The tradeoff is tool description size. A graph with 19 entity types and
16 predicates adds roughly 200 characters to the bfs_query description --
negligible. A graph with 200 entity types and 500 predicates would make the
tool description unwieldy and consume context before the LLM has done
anything. Above the threshold, injection is suppressed and explicit calling
is the path.
Both modes are supported transparently. The server chooses based on schema size. The LLM's behavior is the same either way: it starts a session knowing the schema, whether that knowledge came from injection or from a tool call.
The graph_description as a First-Class Signal¶
The graph description is worth more attention than it usually receives. In the medlit example, it reads: "36 PubMed papers on Cushing disease and related endocrinology." That sentence tells an LLM several things that affect how it should reason:
- The corpus is small (36 papers). Claims that seem universal may be specific to this literature.

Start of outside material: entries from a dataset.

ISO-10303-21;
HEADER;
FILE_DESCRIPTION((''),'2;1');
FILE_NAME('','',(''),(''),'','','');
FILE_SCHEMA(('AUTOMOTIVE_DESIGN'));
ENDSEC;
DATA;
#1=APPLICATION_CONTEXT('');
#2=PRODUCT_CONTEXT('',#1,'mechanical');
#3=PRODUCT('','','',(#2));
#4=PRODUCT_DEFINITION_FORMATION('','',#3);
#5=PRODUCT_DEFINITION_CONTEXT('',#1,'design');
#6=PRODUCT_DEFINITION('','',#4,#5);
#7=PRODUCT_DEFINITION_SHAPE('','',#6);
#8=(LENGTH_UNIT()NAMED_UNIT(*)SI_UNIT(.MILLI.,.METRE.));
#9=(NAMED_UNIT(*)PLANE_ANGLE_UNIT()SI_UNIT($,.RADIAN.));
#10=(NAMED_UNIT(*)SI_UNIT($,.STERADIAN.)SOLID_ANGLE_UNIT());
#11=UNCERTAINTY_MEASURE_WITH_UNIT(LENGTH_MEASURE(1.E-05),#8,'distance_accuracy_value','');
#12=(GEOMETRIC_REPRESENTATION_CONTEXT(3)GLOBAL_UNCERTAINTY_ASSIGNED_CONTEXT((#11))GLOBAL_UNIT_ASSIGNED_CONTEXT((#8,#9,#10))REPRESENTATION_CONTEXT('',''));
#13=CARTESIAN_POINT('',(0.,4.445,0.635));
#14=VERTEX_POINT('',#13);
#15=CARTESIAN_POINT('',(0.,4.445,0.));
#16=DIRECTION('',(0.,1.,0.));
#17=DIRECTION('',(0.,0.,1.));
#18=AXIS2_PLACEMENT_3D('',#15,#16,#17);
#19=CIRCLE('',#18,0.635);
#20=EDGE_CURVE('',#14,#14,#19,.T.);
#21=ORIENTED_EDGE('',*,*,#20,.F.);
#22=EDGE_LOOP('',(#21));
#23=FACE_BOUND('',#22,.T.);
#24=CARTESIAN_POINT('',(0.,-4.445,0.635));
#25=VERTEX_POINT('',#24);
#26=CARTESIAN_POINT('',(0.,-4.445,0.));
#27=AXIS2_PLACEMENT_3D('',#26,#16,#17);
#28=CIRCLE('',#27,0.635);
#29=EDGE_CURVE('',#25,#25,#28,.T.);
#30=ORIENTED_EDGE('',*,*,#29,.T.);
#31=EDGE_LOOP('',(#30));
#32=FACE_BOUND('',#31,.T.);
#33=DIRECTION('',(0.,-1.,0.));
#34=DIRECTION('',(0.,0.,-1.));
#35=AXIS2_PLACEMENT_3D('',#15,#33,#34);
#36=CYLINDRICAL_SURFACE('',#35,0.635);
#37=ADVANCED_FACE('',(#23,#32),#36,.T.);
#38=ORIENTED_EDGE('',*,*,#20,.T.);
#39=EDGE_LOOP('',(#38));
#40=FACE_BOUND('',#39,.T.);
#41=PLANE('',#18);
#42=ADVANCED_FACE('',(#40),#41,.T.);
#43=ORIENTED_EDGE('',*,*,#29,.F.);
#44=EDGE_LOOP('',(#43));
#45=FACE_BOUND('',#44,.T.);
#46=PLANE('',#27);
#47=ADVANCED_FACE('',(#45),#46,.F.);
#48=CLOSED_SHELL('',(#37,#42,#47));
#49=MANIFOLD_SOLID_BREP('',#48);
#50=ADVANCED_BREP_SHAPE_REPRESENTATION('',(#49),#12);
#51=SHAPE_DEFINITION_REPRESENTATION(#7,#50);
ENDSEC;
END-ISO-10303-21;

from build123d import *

# Parameters (mm, degrees)
SKETCH1_R           = 0.635
BOSS_EXTRUDE1_DEPTH = 4.445


with BuildPart() as part:
    # Sketch1 → Boss-Extrude1 (new body, symmetric)
    with BuildSketch(Plane(origin=(0, 0, 0), x_dir=(1, 0, 0), z_dir=(0, 1, 0))):
        Circle(SKETCH1_R)
    extrude(amount=BOSS_EXTRUDE1_DEPTH, both=True)


solid = part.part
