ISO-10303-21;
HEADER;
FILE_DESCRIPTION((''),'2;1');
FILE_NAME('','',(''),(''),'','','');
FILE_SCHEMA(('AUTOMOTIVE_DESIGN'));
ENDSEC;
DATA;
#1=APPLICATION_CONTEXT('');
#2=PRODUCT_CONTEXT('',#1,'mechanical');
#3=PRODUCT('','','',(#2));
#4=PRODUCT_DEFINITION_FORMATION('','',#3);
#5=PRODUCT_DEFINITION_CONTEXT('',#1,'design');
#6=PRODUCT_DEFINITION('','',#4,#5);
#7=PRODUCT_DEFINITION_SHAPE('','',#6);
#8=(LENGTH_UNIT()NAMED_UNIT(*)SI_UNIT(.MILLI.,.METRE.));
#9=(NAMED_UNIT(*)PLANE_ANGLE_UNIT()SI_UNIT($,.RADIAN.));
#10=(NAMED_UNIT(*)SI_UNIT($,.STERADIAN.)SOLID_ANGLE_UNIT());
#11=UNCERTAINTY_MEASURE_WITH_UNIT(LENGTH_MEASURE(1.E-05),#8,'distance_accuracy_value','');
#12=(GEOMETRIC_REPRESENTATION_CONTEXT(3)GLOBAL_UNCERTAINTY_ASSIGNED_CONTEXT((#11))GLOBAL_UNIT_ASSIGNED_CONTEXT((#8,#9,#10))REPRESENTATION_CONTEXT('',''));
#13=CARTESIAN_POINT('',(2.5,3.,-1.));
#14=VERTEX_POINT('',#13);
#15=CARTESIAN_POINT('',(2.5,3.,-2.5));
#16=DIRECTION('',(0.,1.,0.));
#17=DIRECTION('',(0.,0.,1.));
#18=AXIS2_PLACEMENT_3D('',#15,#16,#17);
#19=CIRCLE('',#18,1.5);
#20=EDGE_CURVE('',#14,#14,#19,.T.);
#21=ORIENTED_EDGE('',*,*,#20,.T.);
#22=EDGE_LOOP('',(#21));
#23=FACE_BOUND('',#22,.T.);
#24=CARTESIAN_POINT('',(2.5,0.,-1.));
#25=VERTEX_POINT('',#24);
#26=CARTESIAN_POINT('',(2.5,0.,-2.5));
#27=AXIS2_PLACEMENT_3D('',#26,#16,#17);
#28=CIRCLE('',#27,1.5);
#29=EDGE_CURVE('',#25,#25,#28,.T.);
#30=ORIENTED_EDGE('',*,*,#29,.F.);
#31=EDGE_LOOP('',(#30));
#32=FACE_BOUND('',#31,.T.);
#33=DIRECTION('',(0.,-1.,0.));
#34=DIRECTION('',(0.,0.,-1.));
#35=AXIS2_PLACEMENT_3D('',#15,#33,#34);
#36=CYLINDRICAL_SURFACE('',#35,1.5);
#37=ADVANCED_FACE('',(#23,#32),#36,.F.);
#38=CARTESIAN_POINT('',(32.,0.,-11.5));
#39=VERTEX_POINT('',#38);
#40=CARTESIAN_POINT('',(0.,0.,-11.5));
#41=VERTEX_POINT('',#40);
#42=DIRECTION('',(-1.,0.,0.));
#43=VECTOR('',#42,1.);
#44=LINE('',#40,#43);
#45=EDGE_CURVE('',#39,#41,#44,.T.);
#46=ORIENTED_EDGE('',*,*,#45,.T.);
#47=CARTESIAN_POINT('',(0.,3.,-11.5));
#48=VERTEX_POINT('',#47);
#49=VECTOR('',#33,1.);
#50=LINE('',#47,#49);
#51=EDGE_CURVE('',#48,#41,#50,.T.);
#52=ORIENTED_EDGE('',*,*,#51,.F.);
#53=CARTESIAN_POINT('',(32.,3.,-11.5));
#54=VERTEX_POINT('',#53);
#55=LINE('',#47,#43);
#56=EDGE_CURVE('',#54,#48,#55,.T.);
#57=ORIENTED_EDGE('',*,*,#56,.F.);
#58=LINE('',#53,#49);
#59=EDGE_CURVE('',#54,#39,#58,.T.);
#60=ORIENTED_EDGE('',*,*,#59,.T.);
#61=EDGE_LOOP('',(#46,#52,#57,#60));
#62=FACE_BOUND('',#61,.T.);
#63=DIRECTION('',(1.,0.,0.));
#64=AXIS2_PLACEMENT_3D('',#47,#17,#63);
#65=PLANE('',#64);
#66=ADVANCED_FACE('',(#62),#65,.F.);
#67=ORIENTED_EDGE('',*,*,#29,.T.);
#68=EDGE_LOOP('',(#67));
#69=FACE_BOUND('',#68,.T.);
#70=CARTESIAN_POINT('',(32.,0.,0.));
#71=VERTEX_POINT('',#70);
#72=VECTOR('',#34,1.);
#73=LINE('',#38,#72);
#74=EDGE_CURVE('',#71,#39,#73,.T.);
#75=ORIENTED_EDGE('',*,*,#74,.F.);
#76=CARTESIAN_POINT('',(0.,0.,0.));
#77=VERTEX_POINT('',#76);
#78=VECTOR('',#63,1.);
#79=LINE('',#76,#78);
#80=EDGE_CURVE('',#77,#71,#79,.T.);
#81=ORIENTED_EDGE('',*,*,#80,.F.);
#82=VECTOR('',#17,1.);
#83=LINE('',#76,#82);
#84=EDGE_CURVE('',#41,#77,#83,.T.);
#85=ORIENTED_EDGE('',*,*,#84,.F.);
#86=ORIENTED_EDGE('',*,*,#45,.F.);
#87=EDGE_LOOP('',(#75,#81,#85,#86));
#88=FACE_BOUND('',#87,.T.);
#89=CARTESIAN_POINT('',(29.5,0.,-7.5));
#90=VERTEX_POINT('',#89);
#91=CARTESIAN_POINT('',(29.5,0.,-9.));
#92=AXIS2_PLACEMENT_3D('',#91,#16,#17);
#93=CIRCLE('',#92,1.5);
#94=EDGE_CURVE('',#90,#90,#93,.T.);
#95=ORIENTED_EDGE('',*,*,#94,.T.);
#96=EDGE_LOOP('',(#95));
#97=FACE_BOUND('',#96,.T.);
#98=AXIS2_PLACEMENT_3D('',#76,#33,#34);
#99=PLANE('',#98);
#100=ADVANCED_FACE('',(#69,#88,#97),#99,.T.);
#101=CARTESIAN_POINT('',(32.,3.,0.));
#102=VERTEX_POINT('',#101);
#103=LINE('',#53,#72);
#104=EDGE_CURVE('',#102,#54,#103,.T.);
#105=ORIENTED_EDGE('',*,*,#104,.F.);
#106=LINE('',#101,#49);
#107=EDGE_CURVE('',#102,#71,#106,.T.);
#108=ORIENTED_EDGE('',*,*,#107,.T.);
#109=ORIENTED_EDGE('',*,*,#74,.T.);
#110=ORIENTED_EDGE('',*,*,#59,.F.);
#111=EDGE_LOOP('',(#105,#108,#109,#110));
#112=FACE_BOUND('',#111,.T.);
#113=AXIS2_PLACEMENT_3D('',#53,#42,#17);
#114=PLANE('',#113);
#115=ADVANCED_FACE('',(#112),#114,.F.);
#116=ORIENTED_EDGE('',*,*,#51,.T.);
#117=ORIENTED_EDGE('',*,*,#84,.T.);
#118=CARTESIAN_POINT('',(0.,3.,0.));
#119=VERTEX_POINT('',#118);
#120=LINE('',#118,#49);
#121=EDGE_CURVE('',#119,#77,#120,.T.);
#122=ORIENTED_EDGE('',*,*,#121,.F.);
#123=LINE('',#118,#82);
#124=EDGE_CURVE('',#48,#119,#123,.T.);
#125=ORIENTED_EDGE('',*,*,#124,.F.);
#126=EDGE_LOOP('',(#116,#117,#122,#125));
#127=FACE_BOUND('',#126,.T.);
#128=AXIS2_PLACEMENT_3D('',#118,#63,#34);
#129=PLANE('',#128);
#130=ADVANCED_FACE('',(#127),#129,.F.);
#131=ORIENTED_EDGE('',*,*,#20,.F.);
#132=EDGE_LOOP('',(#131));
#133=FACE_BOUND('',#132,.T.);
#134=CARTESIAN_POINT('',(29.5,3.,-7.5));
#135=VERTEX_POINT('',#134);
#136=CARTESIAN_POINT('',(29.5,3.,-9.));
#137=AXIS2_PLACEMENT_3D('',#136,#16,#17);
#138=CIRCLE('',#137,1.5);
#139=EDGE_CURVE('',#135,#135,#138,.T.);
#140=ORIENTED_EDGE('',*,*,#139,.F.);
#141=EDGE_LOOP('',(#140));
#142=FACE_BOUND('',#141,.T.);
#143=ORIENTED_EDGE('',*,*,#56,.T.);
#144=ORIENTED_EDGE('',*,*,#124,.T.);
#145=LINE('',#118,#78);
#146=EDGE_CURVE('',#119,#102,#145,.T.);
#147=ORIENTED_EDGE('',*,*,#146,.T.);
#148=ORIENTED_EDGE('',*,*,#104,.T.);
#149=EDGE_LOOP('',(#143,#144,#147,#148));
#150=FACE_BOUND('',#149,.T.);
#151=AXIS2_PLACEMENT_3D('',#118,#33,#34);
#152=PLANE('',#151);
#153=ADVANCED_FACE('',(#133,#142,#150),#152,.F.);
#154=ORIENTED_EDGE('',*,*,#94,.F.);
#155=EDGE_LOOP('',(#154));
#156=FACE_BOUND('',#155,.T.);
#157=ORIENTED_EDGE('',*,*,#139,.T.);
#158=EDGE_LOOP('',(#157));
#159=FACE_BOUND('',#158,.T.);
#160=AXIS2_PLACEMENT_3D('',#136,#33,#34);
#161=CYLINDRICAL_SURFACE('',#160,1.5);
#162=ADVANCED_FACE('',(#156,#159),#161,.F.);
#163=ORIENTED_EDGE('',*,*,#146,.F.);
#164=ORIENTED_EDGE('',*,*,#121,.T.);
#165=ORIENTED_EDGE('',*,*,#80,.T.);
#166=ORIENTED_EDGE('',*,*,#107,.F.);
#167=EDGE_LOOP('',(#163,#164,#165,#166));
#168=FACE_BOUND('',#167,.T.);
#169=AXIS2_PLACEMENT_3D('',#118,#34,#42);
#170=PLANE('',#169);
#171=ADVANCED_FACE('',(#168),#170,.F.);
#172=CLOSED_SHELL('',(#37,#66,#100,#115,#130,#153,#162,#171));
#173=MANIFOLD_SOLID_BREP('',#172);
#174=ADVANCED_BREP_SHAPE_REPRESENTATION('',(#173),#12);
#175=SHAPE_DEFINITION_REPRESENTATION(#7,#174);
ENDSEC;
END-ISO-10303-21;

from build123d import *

# Parameters (mm, degrees)
SKETCH1_W           = 32
SKETCH1_H           = 11.5
SKETCH1_R           = 1.5
BOSS_EXTRUDE1_DEPTH = 3


with BuildPart() as part:
    # Sketch1 → Boss-Extrude1 (new body)
    with BuildSketch(Plane(origin=(0, 0, 0), x_dir=(1, 0, 0), z_dir=(0, 1, 0))):
        with Locations((16, 5.75)):
            Rectangle(SKETCH1_W, SKETCH1_H)
        with Locations((2.5, 2.5)):
            Circle(SKETCH1_R, mode=Mode.SUBTRACT)
        with Locations((29.5, 9)):
            Circle(SKETCH1_R, mode=Mode.SUBTRACT)
    extrude(amount=BOSS_EXTRUDE1_DEPTH)


solid = part.part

- The domain is focused (Cushing disease). Entities and relationships outside that domain are unlikely to be well-represented.
- The data source is biomedical literature. Relationships have provenance and carry confidence scores.
A graph operator deploying BFS-QL should treat the description as they
would treat a system prompt: an opportunity to shape how the LLM approaches
the data. "This graph contains inferred relationships; verify important
claims against source documents." "The entity type provisional indicates
entities whose canonical IDs could not be resolved." "Predicates are
directional; TREATS runs from drug to disease, not the reverse."
The server instructions mechanism serves a similar function. BFS-QL's
server sends a block of instructions to the LLM at session initialization,
before any tool calls. These instructions can include graph-specific
guidance that doesn't fit in the tool descriptions -- in the medlit
deployment, for example, the instructions note that entity IDs beginning
with prov: are provisional artifacts from the ingestion pipeline, carry
no external canonical meaning, and should be treated as anonymous
placeholders. Without that note, an LLM might waste reasoning cycles
wondering what a provisional ID like
prov:2e02b663d97c45499d4ce644abf81b8a refers to.
Self-description is not just schema. It is everything the graph operator knows about the data that the LLM would benefit from knowing before it starts.